On the typical lead-generation site, borrowers fill out an application, providing names, addresses and even Social Security and bank account numbers. Once borrowers click submit, it triggers a series of nearly instant transactions.

First, the information is usually sold by the lead-generation site to an aggregator like T3. Next, the aggregator auctions the information to lenders. Finally, the borrower is automatically redirected to the website of whichever lender won the auction.

The CFPB alleges that the process can result in consumers being tricked into taking out loans from lenders that charge the highest interest because often they are the highest bidders for the lead.

Many lead-generation sites viewed by The Times tout benefits of payday loans that are fairly innocuous, such as that most lenders do not do a credit check and that borrowers can get money deposited into their bank account in a day or less.

But others make promises that seem too good to be true and provide fake, outdated or unusable contact information.

For instance,, which pops up in a search for “need cash now,” claims that high-interest loans can be “much cheaper than traditional bank loans.”

The site lists a nonexistent street address, an email address that doesn’t work and a phone number that goes unanswered. The website is registered to an address in Novocherkassk, a city in southwestern Russia. The registrant did not respond to a request for comment.

The one real address – buried in a privacy policy document linked last week from its loan application page -- is a Toluca Lake post office box -listed by more than a dozen lead-generation sites affiliated with T3.

Aaron Rieke of the consulting firm Upturn, which last year issued a report critical of the lead-generation business, said this is all fairly ordinary.

“This site looks a lot like a number of other payday loan lead sites,” he said. “They have addresses that seem dubious; there are typos. It doesn’t surprise me that the email address and phone number don’t work.”

Enova noted the CFPB’s suit against T3 as a potential risk factor.

“If lead providers or marketing affiliates do not comply with an increasing number of applicable laws and regulations … it could adversely affect our business,” the company said in its annual report to the Securities and Exchange Commission.

Putterman said that if the CFPB lawsuit is successful it could shut down much of the lead-generation business, which has become an influential part of the online lending industry. Lead firms often sponsor events put on by the trade group Online Lenders Alliance, and those firms’ executives are big supporters of the trade group’s political action committee.

But he thinks T3 has several lines of defense, including an argument that the CFPB does not have jurisdiction over lead-generation firms since they only market and do not make loans.

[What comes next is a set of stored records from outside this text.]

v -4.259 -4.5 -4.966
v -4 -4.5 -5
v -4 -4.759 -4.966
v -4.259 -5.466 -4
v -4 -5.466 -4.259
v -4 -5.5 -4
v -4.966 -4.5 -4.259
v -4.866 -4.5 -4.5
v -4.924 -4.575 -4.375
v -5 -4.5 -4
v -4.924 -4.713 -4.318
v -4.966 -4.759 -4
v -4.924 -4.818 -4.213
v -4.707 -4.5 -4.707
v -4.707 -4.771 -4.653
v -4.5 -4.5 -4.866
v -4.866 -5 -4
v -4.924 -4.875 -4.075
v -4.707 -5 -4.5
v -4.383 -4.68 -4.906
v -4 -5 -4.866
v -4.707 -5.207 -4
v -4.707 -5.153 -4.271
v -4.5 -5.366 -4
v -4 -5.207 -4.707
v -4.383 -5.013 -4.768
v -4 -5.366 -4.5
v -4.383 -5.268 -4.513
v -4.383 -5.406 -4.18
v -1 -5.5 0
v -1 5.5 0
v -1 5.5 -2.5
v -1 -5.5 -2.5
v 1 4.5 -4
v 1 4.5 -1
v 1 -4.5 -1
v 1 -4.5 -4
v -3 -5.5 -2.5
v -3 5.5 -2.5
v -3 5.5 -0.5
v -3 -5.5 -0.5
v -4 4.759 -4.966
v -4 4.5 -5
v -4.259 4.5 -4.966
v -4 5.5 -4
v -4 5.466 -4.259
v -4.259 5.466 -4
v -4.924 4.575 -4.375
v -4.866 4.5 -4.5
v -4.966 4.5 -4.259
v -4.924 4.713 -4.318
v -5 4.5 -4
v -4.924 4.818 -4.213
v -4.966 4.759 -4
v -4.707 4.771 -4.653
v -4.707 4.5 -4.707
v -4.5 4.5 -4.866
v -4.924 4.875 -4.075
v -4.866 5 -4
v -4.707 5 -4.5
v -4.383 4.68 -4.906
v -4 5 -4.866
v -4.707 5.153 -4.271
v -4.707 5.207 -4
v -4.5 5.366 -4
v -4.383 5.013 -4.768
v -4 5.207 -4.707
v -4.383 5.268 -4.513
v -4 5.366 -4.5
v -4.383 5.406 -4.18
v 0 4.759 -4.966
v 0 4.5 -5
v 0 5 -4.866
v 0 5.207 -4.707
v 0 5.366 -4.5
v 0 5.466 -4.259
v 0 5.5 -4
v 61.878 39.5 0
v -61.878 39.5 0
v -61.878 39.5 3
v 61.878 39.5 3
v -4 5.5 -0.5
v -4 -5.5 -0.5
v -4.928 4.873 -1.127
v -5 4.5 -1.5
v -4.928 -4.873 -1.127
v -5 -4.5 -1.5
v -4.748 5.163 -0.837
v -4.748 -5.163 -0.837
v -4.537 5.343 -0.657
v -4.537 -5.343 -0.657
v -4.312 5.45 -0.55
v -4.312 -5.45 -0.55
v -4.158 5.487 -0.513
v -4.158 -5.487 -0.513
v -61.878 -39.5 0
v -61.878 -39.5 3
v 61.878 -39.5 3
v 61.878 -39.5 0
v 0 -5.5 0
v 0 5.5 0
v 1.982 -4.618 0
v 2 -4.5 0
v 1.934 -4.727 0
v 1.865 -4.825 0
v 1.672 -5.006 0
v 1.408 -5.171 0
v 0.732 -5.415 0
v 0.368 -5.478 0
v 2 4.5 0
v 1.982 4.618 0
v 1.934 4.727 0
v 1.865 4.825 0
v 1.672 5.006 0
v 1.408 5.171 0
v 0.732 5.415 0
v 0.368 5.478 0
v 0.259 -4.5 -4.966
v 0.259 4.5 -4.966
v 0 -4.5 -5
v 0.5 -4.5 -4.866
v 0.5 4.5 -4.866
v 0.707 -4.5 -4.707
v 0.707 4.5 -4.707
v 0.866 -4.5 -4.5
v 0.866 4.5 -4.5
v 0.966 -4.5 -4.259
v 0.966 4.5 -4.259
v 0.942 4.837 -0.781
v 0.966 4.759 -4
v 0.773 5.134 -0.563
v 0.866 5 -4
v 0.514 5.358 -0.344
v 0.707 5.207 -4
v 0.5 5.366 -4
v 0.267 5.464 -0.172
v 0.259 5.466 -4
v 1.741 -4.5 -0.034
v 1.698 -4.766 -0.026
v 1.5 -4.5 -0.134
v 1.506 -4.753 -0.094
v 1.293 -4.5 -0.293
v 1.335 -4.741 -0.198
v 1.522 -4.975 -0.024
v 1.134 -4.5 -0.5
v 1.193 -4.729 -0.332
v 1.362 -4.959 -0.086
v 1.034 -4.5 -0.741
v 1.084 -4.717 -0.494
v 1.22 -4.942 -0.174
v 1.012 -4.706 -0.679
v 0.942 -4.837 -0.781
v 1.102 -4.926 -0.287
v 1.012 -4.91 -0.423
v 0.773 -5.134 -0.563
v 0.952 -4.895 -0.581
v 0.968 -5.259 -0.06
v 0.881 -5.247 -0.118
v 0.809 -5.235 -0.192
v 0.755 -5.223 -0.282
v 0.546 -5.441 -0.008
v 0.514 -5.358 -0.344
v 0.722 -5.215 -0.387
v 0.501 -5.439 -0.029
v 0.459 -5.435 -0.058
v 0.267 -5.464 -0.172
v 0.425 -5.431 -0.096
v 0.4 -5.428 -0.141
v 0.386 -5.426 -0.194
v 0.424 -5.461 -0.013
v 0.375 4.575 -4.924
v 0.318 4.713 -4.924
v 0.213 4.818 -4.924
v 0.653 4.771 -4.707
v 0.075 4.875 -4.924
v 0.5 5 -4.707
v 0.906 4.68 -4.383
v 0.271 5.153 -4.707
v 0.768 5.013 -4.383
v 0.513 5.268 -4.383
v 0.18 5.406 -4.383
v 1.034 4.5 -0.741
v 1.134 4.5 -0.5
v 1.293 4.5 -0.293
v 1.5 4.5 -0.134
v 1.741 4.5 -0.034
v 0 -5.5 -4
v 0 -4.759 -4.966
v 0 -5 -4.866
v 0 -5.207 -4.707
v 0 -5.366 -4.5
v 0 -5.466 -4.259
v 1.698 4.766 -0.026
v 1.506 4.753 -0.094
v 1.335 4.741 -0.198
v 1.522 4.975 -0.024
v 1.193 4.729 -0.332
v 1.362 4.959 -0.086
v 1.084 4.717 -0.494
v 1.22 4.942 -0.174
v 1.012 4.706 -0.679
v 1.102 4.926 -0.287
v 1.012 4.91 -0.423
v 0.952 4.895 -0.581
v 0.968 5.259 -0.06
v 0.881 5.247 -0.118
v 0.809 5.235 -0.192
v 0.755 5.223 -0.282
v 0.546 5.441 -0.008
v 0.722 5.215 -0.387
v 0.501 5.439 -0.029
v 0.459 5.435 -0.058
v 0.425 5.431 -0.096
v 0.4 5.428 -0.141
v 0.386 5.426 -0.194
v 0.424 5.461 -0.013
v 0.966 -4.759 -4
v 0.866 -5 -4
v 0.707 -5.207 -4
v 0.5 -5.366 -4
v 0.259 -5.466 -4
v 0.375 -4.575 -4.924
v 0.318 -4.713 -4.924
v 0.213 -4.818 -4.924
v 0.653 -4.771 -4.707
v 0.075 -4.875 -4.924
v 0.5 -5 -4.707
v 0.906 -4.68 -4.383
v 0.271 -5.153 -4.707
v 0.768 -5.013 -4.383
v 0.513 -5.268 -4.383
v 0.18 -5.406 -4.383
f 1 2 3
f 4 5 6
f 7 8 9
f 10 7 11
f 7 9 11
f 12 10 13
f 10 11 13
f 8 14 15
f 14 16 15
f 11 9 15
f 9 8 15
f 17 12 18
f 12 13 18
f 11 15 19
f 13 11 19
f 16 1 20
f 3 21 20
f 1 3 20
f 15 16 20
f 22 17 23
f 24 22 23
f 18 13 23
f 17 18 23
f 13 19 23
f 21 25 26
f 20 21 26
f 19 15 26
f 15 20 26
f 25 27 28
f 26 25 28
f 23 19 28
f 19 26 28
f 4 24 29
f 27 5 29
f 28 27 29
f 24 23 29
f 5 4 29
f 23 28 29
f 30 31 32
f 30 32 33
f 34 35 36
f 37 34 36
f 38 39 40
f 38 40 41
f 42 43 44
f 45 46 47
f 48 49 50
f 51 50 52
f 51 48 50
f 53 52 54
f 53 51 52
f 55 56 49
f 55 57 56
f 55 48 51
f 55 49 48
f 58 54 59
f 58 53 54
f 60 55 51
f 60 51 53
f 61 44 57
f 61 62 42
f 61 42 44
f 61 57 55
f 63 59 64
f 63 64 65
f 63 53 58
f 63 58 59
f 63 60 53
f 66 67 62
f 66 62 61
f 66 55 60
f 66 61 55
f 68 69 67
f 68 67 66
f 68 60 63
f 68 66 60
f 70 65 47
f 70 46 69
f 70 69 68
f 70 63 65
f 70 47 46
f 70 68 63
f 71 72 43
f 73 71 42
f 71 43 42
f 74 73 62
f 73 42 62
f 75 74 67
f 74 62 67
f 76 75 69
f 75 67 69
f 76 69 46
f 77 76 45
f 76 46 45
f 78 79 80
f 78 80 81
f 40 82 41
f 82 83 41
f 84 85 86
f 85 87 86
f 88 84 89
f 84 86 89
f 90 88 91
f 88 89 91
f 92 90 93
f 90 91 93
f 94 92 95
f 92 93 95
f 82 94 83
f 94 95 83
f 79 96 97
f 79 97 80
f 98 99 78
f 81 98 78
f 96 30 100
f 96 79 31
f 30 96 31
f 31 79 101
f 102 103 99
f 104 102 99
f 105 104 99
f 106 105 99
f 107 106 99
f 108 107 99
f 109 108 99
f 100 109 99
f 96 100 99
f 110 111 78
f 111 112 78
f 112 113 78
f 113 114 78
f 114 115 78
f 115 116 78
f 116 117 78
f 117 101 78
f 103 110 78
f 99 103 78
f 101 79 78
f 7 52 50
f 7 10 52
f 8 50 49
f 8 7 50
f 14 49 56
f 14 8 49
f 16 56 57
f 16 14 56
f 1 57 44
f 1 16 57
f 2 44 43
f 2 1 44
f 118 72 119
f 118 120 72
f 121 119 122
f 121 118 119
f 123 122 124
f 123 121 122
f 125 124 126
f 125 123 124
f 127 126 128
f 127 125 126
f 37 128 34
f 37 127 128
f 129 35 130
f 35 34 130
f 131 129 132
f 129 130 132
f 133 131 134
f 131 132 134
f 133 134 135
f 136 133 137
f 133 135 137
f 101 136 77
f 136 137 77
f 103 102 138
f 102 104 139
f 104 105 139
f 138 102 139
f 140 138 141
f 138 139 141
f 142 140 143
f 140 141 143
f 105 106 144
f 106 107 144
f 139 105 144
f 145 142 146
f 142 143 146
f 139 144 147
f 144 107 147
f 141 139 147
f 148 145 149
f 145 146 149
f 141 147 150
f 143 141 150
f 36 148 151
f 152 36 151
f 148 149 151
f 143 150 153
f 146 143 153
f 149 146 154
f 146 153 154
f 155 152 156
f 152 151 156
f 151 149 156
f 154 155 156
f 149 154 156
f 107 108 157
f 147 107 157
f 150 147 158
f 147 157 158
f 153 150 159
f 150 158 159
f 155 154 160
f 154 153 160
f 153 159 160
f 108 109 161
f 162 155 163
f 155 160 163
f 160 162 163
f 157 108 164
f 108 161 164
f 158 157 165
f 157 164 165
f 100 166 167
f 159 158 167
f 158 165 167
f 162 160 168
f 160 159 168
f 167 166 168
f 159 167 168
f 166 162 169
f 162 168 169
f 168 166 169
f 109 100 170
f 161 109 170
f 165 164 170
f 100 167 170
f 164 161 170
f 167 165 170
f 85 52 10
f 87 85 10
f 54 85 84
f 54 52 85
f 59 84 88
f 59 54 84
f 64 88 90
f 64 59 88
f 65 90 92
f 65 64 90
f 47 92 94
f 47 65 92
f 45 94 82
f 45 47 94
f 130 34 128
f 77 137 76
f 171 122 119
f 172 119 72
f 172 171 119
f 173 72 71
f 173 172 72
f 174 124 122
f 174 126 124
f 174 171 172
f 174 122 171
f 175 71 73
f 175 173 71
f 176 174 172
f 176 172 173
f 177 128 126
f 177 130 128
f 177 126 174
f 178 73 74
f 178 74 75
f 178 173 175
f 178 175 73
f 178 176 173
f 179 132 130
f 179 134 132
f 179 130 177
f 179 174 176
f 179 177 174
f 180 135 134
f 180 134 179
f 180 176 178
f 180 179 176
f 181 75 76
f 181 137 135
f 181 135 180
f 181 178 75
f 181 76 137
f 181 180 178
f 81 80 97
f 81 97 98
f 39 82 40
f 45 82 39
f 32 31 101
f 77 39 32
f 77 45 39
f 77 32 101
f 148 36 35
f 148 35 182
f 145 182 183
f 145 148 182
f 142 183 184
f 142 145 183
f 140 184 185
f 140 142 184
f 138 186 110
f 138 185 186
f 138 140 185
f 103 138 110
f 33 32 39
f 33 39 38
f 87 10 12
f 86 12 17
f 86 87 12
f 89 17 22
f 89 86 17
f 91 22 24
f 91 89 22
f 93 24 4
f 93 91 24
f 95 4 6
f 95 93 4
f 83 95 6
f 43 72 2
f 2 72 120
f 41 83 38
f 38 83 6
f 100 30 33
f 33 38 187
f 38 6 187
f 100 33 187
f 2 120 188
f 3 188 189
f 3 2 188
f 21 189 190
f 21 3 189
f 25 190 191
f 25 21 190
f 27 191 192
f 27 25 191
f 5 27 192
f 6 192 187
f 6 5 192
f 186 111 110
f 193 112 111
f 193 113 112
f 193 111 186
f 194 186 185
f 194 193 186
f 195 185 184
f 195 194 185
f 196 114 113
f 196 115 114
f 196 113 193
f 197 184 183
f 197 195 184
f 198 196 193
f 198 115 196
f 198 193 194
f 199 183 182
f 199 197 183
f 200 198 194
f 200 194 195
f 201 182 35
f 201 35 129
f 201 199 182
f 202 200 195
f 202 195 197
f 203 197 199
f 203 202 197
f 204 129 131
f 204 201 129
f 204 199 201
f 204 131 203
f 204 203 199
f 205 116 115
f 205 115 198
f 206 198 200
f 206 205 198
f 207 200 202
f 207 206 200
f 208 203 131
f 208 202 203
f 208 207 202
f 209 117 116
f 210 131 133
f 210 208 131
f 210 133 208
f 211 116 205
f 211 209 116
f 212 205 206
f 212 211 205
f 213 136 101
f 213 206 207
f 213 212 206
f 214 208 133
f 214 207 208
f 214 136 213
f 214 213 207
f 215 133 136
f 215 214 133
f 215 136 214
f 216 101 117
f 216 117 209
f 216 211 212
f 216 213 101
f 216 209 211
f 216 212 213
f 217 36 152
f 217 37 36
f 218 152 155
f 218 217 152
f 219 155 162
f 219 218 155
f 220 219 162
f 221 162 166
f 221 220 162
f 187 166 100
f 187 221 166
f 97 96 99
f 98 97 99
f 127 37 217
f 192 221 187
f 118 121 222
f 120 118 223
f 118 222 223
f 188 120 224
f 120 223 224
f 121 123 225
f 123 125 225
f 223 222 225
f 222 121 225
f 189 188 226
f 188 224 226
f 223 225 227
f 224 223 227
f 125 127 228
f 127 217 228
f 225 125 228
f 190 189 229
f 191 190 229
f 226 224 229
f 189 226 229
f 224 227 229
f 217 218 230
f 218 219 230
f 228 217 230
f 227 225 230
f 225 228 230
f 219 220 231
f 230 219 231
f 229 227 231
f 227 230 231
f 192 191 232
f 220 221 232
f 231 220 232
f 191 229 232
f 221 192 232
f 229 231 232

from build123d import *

# Parameters (mm, degrees)
SKETCH_W     = 123.756
SKETCH_H     = 79
PAD_DEPTH    = 3
SKETCH001_W  = 2
SKETCH001_H  = 11
PAD001_DEPTH = 5
SKETCH002_W  = 11
SKETCH002_H  = 2.5
PAD002_DEPTH = 4
SKETCH003_W  = 2
SKETCH003_H  = 11
PAD003_DEPTH = 2
FILLET_R     = 1


with BuildPart() as part:
    # Sketch → Pad (new body)
    with BuildSketch(Plane.XY):
        Rectangle(SKETCH_W, SKETCH_H)
    extrude(amount=PAD_DEPTH)

    # Sketch001 (on Face5 of Pad) → Pad001 (join)
    with BuildSketch(Plane(origin=(0, 0, 0), x_dir=(1, 0, 0), z_dir=(0, 0, -1))):
        Rectangle(SKETCH001_W, SKETCH001_H)
    extrude(amount=PAD001_DEPTH)

    # Sketch002 (on Face7 of Pad001) → Pad002 (join)
    with BuildSketch(Plane(origin=(-1, 0, 0), x_dir=(0, -1, 0), z_dir=(-1, 0, 0))):
        with Locations((0, -3.75)):
            Rectangle(SKETCH002_W, SKETCH002_H)
    extrude(amount=PAD002_DEPTH)

    # Sketch003 (on Face16 of Pad002) → Pad003 (join)
    with BuildSketch(Plane(origin=(0, 0, -2.5), x_dir=(1, 0, 0), z_dir=(0, 0, -1))):
        with Locations((-4, 0)):
            Rectangle(SKETCH003_W, SKETCH003_H)
    extrude(amount=-PAD003_DEPTH)

    # Fillet
    fillet_edges = [part.edges().sort_by_distance(p)[0] for p in [
        (1, -5.5, -2.5),
        (1, 5.5, -2.5),
        (1, 0, 0),
        (1, 0, -5),
        (0, -5.5, -5),
        (0, 5.5, -5),
        (-1, 0, -5),
        (-3, -5.5, -5),
        (-3, 5.5, -5),
        (-5, 0, -5),
        (-5, 0, -2.5),
        (-5, -5.5, -3.75),
        (-5, 5.5, -3.75),
        (-5, 5.5, -1.5),
        (-5, -5.5, -1.5),
        (-5, 0, -0.5),
    ]]
    fillet(fillet_edges, radius=FILLET_R)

Or it could argue that claims made by lead generators about “best rates” or “lowest fees” – which the CFPB says are misleading –should be protected by the same principle that allows Best Foods to call its mayonnaise the best or Coors to call its beer the freshest.

Rieke of Upturn said he doesn’t believe a CFPB win over T3 would put lead generators or aggregators out of business.

Instead, he said, it would simply force T3 to do a better job of monitoring the sites it buys leads from. That would add costs for T3 and other aggregators, he said, but not kill the industry.

“I would hope one of the things that comes out of this case is that lead-aggregation companies suddenly have an incentive to do compliance work,” he said. “One might hope you wouldn’t see such outrageous claims anymore.”